Stored items:
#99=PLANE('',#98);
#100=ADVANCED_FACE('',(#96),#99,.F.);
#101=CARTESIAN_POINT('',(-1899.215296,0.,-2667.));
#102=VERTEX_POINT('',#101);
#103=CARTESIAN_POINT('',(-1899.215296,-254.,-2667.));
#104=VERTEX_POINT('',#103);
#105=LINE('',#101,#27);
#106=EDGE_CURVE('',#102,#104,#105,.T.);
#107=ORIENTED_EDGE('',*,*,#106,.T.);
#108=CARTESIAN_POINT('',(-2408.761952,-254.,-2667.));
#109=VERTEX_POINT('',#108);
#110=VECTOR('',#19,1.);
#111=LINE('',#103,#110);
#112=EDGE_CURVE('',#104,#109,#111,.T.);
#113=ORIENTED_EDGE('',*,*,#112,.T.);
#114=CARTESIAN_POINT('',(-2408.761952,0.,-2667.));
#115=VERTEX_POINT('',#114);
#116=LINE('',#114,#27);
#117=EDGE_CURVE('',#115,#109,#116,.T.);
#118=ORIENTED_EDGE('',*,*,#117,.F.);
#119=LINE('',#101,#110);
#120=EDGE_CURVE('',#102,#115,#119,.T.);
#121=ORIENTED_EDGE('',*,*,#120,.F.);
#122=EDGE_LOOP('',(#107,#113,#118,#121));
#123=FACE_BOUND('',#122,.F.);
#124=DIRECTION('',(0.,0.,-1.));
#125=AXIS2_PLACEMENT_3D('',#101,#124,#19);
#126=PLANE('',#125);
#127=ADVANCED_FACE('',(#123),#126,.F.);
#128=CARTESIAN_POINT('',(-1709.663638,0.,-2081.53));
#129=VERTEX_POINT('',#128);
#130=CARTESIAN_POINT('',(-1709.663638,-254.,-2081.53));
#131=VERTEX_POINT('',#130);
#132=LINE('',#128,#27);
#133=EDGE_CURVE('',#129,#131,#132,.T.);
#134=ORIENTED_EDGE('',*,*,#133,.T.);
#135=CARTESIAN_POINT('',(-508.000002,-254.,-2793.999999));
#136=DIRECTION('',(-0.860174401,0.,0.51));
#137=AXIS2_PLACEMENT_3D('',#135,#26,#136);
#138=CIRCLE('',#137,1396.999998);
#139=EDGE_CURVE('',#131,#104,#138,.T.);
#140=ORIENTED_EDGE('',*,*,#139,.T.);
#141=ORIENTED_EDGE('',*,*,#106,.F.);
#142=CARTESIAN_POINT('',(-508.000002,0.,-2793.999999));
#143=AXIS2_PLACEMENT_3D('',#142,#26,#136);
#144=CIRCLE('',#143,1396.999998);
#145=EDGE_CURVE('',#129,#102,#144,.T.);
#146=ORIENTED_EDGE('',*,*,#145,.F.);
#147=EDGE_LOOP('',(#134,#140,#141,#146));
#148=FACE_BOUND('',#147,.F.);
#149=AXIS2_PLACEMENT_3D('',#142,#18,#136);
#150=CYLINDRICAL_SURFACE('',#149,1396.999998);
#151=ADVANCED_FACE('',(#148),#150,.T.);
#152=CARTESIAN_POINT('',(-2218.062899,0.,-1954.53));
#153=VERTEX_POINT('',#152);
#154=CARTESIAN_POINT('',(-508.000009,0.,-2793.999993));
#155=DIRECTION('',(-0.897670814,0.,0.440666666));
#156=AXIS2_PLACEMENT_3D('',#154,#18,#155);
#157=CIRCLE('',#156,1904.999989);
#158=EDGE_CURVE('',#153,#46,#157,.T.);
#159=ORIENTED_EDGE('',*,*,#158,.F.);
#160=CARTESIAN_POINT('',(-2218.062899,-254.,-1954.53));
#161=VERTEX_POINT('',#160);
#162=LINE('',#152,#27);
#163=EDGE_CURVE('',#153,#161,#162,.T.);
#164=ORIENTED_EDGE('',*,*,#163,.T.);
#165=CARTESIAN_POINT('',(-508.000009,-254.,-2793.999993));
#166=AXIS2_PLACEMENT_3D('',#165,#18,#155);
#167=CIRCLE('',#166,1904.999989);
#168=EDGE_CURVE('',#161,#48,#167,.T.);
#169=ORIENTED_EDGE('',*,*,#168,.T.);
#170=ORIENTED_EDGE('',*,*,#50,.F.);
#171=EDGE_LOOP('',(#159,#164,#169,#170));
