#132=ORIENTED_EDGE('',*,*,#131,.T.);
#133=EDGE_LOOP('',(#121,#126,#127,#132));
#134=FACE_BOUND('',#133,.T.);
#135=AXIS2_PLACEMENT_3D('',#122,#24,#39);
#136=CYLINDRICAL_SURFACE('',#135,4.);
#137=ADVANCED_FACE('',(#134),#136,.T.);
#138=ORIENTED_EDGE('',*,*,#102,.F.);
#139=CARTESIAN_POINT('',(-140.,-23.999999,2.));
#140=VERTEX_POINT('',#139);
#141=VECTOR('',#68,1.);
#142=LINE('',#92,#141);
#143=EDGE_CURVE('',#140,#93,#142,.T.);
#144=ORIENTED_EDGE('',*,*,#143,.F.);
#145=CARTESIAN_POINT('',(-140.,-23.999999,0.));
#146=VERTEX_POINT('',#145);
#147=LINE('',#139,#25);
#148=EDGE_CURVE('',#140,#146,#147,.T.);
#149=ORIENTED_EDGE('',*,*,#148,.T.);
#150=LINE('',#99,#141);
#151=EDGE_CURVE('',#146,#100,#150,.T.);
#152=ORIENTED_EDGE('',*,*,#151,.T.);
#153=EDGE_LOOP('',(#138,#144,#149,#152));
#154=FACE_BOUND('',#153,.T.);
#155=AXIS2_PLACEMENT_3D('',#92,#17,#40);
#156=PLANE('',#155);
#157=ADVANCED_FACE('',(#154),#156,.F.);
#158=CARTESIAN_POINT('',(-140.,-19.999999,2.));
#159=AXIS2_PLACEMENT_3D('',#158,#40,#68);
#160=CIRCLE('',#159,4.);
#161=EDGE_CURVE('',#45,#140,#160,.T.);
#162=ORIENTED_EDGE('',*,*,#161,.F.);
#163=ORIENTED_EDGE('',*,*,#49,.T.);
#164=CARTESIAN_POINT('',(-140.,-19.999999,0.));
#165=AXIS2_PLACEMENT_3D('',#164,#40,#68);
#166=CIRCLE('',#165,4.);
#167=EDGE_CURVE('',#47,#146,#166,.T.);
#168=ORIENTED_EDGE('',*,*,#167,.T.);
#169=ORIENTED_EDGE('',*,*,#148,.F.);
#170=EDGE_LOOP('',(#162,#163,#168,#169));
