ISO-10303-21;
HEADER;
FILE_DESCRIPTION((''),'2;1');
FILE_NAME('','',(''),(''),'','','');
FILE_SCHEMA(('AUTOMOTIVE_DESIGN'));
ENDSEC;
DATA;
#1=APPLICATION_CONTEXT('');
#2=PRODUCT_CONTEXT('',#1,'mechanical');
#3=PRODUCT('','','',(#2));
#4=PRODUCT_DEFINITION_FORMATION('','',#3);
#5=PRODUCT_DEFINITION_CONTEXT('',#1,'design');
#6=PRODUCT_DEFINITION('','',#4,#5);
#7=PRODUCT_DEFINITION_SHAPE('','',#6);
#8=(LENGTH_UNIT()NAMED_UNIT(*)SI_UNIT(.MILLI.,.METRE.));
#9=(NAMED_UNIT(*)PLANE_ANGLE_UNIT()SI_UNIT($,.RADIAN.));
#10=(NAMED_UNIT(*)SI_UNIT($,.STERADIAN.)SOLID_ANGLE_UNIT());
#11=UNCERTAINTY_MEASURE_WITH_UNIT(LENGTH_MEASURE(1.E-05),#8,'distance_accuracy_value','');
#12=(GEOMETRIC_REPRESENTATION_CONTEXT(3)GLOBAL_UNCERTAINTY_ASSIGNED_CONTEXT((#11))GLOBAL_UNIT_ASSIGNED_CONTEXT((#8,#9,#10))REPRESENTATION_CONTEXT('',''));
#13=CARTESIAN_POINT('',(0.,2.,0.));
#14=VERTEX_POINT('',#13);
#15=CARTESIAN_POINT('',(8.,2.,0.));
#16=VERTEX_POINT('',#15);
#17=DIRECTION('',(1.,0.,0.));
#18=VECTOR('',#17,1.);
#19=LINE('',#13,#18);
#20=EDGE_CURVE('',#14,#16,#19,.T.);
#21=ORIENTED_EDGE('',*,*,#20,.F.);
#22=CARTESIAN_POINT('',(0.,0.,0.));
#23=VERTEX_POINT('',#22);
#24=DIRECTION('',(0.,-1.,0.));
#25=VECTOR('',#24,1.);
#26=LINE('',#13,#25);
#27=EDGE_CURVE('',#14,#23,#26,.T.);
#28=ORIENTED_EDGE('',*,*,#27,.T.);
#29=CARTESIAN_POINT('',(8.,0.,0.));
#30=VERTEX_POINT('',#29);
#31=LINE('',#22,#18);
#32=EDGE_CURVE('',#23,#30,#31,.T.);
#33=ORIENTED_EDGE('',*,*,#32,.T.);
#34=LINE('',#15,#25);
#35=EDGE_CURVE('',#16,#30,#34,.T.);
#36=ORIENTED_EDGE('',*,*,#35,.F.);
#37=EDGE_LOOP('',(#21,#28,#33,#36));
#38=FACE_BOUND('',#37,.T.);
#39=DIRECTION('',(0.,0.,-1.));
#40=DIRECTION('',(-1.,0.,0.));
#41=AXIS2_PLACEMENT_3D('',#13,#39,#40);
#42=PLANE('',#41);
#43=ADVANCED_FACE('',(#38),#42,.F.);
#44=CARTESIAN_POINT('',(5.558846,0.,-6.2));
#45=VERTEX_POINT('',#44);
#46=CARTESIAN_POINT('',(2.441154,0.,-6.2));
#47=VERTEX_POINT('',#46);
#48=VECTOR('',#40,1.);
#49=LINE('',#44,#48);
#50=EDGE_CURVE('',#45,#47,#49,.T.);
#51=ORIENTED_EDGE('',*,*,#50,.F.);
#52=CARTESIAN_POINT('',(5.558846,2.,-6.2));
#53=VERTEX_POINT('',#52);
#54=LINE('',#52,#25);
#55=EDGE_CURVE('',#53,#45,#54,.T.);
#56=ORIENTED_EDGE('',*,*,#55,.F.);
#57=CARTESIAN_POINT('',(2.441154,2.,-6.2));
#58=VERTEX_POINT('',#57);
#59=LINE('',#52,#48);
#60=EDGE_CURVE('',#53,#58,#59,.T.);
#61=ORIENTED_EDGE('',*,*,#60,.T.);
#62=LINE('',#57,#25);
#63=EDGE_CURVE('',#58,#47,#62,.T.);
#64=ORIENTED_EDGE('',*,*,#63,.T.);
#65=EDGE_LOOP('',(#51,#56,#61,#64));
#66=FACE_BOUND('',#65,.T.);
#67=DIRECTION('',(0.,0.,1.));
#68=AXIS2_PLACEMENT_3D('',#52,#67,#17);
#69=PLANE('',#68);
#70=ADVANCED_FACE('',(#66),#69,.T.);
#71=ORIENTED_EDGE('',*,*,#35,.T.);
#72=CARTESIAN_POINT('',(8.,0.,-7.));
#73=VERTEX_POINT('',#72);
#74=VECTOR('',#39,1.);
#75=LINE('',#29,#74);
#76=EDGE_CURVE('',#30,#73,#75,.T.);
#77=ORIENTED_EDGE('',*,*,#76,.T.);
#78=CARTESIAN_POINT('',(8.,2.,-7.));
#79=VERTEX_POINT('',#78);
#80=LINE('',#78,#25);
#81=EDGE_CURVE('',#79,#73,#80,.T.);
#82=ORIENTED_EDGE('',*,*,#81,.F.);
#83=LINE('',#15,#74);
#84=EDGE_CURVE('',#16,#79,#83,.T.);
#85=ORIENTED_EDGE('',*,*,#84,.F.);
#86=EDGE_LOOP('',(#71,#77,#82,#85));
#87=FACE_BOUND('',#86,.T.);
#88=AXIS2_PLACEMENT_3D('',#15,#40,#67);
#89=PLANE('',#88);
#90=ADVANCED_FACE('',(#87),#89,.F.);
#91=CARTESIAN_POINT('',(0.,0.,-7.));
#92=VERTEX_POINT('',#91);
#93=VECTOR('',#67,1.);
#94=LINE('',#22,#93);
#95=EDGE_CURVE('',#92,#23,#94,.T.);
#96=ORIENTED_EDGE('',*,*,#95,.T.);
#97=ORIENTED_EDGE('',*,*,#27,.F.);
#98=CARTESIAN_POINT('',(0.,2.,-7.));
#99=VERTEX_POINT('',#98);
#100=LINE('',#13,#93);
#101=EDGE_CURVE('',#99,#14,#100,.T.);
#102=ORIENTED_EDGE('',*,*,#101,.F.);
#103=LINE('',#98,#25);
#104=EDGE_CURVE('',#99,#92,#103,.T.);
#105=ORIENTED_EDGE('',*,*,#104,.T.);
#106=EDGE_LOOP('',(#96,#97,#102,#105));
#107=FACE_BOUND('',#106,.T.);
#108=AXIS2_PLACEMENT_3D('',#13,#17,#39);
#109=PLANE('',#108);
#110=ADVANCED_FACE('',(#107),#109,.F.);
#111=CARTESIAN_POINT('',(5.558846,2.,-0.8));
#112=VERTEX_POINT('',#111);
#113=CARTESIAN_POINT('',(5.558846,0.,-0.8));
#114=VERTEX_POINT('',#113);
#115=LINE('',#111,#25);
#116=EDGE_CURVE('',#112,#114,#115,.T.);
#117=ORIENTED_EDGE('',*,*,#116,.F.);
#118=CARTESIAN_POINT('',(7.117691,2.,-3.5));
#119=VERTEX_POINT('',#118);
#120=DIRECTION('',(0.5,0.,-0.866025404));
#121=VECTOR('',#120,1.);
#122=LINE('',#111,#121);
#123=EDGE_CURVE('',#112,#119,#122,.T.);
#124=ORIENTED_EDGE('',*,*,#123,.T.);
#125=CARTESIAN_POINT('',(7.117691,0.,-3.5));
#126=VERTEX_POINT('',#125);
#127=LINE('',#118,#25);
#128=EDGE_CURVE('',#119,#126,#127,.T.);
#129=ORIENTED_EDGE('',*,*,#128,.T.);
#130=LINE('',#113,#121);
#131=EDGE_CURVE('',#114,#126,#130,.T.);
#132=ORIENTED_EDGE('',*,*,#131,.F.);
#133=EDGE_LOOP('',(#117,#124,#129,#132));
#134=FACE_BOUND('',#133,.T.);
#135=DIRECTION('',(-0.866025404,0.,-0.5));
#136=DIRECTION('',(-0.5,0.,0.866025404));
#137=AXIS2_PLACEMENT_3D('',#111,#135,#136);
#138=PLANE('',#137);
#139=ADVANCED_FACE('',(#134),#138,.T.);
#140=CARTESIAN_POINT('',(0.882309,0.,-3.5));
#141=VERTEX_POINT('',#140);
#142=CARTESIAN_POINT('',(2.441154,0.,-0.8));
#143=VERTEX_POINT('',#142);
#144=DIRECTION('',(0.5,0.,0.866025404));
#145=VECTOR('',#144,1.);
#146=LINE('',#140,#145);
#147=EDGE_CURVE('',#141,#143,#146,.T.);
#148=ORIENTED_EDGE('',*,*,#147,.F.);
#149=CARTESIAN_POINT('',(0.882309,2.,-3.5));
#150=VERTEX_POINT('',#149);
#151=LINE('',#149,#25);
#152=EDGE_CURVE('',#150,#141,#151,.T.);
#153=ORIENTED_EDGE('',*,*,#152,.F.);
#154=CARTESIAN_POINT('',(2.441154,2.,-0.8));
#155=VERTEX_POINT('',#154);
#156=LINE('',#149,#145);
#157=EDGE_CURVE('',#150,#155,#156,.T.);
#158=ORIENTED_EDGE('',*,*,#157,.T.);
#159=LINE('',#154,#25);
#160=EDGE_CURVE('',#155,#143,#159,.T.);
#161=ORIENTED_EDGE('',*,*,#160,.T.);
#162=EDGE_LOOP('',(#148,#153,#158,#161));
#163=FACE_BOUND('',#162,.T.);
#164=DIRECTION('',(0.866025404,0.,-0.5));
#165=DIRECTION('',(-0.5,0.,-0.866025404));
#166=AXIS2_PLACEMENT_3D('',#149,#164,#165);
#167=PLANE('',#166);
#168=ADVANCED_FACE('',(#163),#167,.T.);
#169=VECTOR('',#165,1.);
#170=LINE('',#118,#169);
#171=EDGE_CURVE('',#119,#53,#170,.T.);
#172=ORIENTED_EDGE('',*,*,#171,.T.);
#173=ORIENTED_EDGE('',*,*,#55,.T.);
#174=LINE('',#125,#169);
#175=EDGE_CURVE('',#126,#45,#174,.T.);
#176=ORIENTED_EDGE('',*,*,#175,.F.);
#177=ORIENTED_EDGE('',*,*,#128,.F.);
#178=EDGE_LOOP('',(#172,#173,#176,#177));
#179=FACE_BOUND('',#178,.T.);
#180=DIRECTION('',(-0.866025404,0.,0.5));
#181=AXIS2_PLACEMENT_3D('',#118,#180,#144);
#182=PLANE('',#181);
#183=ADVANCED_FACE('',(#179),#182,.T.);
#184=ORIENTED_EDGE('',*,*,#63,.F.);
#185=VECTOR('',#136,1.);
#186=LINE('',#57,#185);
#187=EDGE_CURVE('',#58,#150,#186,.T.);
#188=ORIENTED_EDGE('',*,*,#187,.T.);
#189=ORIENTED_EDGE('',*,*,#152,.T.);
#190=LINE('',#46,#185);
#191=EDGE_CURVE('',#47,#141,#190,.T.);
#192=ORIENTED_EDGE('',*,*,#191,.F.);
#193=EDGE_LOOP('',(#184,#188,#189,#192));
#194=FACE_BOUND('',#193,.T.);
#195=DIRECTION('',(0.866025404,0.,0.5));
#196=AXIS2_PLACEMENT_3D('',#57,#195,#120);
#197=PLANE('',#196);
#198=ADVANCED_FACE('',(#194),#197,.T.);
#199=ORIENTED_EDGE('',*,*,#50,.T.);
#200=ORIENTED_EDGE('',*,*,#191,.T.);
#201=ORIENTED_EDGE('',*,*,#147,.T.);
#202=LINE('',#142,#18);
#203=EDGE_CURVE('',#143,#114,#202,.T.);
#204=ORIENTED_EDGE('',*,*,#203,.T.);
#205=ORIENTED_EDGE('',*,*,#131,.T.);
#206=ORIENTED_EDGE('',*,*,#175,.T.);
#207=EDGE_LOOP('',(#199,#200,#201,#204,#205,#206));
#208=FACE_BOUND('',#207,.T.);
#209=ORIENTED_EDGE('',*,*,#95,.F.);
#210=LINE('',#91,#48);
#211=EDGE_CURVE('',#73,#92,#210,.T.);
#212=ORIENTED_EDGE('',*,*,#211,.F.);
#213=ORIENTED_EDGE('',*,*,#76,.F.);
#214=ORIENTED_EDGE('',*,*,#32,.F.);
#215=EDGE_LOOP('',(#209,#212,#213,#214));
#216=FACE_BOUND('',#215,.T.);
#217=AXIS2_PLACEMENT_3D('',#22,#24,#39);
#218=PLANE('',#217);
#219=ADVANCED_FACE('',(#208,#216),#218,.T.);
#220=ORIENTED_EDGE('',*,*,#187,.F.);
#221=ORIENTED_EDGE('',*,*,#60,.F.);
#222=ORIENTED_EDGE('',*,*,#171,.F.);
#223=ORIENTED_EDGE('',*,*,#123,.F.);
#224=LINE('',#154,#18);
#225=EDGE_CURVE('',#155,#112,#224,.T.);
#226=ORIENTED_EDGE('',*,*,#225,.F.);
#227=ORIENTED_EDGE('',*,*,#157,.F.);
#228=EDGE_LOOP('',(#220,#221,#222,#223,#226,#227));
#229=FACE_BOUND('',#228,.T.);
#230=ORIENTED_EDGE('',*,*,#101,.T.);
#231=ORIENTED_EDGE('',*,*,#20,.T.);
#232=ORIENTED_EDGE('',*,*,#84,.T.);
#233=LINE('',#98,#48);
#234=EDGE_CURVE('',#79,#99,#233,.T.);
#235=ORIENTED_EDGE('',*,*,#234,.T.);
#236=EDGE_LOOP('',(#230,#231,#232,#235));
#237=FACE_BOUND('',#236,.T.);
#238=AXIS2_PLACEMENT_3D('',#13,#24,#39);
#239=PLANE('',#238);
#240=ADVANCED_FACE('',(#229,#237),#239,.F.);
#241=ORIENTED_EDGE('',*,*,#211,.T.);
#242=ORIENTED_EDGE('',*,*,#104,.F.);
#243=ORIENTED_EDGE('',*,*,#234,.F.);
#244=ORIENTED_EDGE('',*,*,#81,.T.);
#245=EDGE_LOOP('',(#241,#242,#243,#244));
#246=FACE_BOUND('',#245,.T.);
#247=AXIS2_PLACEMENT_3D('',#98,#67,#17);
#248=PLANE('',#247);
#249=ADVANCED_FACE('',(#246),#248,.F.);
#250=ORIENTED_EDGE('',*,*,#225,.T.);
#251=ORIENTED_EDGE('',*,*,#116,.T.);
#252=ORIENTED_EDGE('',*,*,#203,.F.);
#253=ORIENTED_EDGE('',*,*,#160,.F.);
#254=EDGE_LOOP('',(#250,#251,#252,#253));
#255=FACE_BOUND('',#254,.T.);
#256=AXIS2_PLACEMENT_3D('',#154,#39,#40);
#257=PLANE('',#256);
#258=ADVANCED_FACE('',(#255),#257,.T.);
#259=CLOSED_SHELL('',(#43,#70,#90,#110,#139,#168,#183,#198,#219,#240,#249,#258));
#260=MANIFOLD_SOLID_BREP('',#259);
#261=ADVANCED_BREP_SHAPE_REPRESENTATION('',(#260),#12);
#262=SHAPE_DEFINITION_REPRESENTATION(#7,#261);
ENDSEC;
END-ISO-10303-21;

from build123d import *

# Parameters (mm, degrees)
SKETCH1_W           = 8
SKETCH1_H           = 7
BOSS_EXTRUDE1_DEPTH = 2


with BuildPart() as part:
    # Sketch1 → Boss-Extrude1 (new body)
    with BuildSketch(Plane(origin=(0, 0, 0), x_dir=(1, 0, 0), z_dir=(0, 1, 0))):
        with Locations((4, 3.5)):
            Rectangle(SKETCH1_W, SKETCH1_H)
        Polygon((7.117691454, 3.5), (5.558845727, 6.2), (2.441154273, 6.2), (0.882308546, 3.5), (2.441154273, 0.8), (5.558845727, 0.8), align=None, mode=Mode.SUBTRACT)
    extrude(amount=BOSS_EXTRUDE1_DEPTH)


solid = part.part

**WORK TO BE COMPLETED**
Each line in the entries above that includes the word "VECTOR" counts once; state the total and nothing else.

**TASK OUTPUT**
11